*** Data supplied ***

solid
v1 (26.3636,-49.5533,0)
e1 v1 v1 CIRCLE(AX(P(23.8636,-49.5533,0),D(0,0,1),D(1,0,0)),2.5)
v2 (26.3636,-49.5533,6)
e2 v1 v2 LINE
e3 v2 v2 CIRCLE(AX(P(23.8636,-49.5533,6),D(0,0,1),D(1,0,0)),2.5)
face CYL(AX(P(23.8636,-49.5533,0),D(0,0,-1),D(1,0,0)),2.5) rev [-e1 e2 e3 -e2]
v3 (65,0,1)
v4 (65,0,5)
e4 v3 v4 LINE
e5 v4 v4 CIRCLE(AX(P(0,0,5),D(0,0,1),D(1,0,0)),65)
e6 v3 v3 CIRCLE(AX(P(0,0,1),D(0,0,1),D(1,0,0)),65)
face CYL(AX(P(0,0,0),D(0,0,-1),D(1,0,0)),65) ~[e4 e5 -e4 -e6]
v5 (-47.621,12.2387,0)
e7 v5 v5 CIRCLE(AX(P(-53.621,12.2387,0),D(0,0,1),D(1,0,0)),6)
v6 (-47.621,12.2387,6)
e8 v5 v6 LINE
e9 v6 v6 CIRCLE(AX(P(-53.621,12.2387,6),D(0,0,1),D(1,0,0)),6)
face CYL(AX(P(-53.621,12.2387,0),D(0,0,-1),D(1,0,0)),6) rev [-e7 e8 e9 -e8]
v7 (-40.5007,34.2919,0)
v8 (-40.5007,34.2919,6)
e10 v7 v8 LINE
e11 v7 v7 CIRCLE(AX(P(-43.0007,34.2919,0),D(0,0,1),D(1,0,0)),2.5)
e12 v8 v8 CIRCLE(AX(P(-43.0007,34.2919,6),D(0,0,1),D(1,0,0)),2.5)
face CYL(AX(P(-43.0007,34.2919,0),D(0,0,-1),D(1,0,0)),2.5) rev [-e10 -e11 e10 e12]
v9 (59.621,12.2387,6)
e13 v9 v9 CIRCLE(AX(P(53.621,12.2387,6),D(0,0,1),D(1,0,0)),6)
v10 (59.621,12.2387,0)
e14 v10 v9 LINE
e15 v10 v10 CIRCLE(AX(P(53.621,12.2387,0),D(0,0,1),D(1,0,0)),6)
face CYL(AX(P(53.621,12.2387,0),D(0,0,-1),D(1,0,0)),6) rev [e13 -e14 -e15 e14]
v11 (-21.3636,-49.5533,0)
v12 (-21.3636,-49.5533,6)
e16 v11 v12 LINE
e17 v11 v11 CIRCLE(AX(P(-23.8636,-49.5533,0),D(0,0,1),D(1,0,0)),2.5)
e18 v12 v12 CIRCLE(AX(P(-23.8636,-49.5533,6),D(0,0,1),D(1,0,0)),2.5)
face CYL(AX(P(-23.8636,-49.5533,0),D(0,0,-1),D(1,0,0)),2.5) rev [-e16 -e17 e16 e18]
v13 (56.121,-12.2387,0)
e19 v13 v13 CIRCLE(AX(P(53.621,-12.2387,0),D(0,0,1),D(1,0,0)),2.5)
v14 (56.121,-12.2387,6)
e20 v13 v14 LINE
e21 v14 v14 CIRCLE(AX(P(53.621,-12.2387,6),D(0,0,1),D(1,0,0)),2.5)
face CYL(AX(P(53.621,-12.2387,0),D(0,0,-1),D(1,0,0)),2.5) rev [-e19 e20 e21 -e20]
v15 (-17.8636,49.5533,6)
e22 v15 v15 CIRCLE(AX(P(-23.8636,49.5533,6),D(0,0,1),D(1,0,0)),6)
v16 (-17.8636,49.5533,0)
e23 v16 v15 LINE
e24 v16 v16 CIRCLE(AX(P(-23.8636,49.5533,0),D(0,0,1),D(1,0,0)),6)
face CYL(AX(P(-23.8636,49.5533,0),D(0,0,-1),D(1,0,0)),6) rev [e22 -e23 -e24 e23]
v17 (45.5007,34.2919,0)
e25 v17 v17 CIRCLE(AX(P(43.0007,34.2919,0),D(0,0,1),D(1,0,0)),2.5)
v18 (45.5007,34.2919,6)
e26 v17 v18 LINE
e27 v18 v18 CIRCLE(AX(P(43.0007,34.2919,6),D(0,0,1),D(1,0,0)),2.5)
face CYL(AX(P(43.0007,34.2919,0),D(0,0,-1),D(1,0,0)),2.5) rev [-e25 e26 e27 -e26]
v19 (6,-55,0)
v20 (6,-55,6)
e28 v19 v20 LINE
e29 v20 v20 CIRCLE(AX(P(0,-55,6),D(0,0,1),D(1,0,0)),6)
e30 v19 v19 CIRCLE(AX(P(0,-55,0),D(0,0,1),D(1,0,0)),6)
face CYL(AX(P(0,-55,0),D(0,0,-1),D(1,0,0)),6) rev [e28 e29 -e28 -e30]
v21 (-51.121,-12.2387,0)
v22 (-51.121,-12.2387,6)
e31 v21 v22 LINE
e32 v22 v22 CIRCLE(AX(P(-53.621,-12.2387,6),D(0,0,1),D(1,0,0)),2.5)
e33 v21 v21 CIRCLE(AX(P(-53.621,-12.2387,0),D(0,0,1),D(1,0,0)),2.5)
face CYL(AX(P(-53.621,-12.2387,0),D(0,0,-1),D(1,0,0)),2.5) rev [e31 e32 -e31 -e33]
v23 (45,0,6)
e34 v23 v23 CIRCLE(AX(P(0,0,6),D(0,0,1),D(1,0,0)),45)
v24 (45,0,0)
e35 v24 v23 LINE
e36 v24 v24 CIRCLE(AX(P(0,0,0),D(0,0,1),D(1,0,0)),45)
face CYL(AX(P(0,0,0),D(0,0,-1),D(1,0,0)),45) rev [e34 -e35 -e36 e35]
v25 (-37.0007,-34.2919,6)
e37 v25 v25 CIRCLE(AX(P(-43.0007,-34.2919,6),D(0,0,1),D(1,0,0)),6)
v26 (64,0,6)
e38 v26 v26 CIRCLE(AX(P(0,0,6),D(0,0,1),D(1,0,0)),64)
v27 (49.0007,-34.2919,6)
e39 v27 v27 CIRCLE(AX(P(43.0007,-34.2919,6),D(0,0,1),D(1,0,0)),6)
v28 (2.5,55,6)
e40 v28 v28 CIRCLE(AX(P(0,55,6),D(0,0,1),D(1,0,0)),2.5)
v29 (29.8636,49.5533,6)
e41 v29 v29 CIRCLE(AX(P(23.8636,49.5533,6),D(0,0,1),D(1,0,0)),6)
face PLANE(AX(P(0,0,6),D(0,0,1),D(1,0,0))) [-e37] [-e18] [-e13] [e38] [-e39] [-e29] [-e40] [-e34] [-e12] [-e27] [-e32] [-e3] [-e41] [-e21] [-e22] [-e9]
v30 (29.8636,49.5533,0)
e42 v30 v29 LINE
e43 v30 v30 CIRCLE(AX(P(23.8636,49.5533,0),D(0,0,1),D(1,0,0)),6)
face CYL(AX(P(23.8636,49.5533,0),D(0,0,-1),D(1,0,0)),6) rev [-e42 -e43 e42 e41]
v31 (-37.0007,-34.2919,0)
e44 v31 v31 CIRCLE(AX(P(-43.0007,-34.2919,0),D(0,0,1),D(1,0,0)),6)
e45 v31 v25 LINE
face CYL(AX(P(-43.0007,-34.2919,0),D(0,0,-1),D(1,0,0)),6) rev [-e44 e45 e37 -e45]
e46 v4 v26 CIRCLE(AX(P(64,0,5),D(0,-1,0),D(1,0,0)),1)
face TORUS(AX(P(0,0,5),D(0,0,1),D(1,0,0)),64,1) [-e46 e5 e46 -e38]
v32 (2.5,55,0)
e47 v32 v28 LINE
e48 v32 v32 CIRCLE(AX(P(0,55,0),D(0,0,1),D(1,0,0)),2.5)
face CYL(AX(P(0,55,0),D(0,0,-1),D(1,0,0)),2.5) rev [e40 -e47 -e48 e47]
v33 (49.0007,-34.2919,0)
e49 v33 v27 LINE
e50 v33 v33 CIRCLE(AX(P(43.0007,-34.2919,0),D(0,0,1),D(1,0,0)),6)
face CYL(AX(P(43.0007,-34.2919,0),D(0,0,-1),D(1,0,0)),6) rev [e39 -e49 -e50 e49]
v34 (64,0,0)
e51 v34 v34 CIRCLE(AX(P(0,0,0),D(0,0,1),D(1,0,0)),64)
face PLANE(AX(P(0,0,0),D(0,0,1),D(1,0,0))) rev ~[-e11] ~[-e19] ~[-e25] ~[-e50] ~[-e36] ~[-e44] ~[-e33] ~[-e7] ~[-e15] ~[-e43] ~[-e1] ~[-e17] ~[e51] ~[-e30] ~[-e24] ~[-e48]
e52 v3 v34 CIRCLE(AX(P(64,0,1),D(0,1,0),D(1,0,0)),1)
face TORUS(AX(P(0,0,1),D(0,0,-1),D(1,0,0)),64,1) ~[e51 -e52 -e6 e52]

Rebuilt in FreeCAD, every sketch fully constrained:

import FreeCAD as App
import Part
import Sketcher
Q = App.Units.Quantity


def edges_at(feature, points):
    """Names of the edges that pass closest to the given points."""
    edges = feature.Shape.Edges
    near = lambda p: min(range(len(edges)), key=lambda i: edges[i].distToShape(Part.Vertex(*p))[0])
    return sorted({f"Edge{near(p) + 1}" for p in points})

doc = App.newDocument("Part")
body = doc.addObject("PartDesign::Body", "Body")

# Sketch on XY plane
sketch1 = body.newObject("Sketcher::SketchObject", "Sketch")
sketch1.AttachmentSupport = (doc.getObject("XY_Plane"), [""])
sketch1.MapMode = "FlatFace"
sketch1.addGeometry([
    Part.Circle(App.Vector(0, 0, 0), App.Vector(0, 0, 1), 65),  # 0
    Part.Circle(App.Vector(-43, -34.3, 0), App.Vector(0, 0, 1), 6),  # 1
    Part.Circle(App.Vector(-23.9, -49.6, 0), App.Vector(0, 0, 1), 2.5),  # 2
    Part.Circle(App.Vector(-53.6, -12.2, 0), App.Vector(0, 0, 1), 2.5),  # 3
    Part.Circle(App.Vector(0, -55, 0), App.Vector(0, 0, 1), 6),  # 4
    Part.Circle(App.Vector(23.9, -49.6, 0), App.Vector(0, 0, 1), 2.5),  # 5
    Part.Circle(App.Vector(43, -34.3, 0), App.Vector(0, 0, 1), 6),  # 6
    Part.Circle(App.Vector(53.6, -12.2, 0), App.Vector(0, 0, 1), 2.5),  # 7
    Part.Circle(App.Vector(-53.6, 12.2, 0), App.Vector(0, 0, 1), 6),  # 8
    Part.Circle(App.Vector(-43, 34.3, 0), App.Vector(0, 0, 1), 2.5),  # 9
    Part.Circle(App.Vector(-23.9, 49.6, 0), App.Vector(0, 0, 1), 6),  # 10
    Part.Circle(App.Vector(0, 0, 0), App.Vector(0, 0, 1), 45),  # 11
    Part.Circle(App.Vector(53.6, 12.2, 0), App.Vector(0, 0, 1), 6),  # 12
    Part.Circle(App.Vector(0, 55, 0), App.Vector(0, 0, 1), 2.5),  # 13
    Part.Circle(App.Vector(23.9, 49.6, 0), App.Vector(0, 0, 1), 6),  # 14
    Part.Circle(App.Vector(43, 34.3, 0), App.Vector(0, 0, 1), 2.5),  # 15
], False)
sketch1.addConstraint([
    Sketcher.Constraint("Coincident", 0, 3, -1, 1),
    Sketcher.Constraint("Coincident", 11, 3, -1, 1),
    Sketcher.Constraint("Equal", 2, 3),
    Sketcher.Constraint("Equal", 1, 4),
    Sketcher.Constraint("Equal", 3, 5),
    Sketcher.Constraint("Equal", 4, 6),
    Sketcher.Constraint("Equal", 5, 7),
    Sketcher.Constraint("Equal", 6, 8),
    Sketcher.Constraint("Equal", 7, 9),
    Sketcher.Constraint("Equal", 8, 10),
    Sketcher.Constraint("Equal", 10, 12),
    Sketcher.Constraint("Equal", 9, 13),
    Sketcher.Constraint("Equal", 12, 14),
    Sketcher.Constraint("Equal", 13, 15),
    Sketcher.Constraint("Symmetric", 7, 3, 8, 3, -1, 1),
    Sketcher.Constraint("Symmetric", 6, 3, 9, 3, -1, 1),
    Sketcher.Constraint("Symmetric", 5, 3, 10, 3, -1, 1),
    Sketcher.Constraint("Symmetric", 3, 3, 12, 3, -1, 1),
    Sketcher.Constraint("Symmetric", 4, 3, 13, 3, -1, 1),
    Sketcher.Constraint("Symmetric", 2, 3, 14, 3, -1, 1),
    Sketcher.Constraint("Symmetric", 1, 3, 15, 3, -1, 1),
    Sketcher.Constraint("Symmetric", 2, 3, 5, 3, -2),
    Sketcher.Constraint("Symmetric", 1, 3, 6, 3, -2),
    Sketcher.Constraint("Symmetric", 3, 3, 7, 3, -2),
    Sketcher.Constraint("PointOnObject", 4, 3, -2),
    Sketcher.Constraint("Diameter", 0, Q("130 mm")),
    Sketcher.Constraint("Diameter", 1, Q("12 mm")),
    Sketcher.Constraint("Diameter", 2, Q("5 mm")),
    Sketcher.Constraint("Diameter", 11, Q("90 mm")),
    Sketcher.Constraint("DistanceY", 4, 3, -1, 1, Q("55 mm")),
    Sketcher.Constraint("DistanceY", 1, 3, -1, 1, Q("34.292 mm")),
    Sketcher.Constraint("DistanceX", 3, 3, -1, 1, Q("53.621 mm")),
    Sketcher.Constraint("DistanceX", 1, 3, 2, 3, Q("19.137 mm")),
    Sketcher.Constraint("DistanceY", 2, 3, 8, 3, Q("61.792 mm")),
    Sketcher.Constraint("DistanceX", 1, 3, -1, 1, Q("43.0007 mm")),
    Sketcher.Constraint("DistanceY", 2, 3, -1, 1, Q("49.5533 mm")),
])
pad1 = body.newObject("PartDesign::Pad", "Pad")
pad1.Profile = sketch1
pad1.Length = 6
doc.recompute()

fillet = body.newObject("PartDesign::Fillet", "Fillet")
fillet.Base = (pad1, edges_at(pad1, [(-65, 0, 6), (-65, 0, 0)]))
fillet.Radius = 1

doc.recompute()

*** End of Data supplied ***

--- Prompt ---
Each line holding "TORUS" in the records should be copied out.

--- Exercise solution ---
face TORUS(AX(P(0,0,5),D(0,0,1),D(1,0,0)),64,1) [-e46 e5 e46 -e38]
face TORUS(AX(P(0,0,1),D(0,0,-1),D(1,0,0)),64,1) ~[e51 -e52 -e6 e52]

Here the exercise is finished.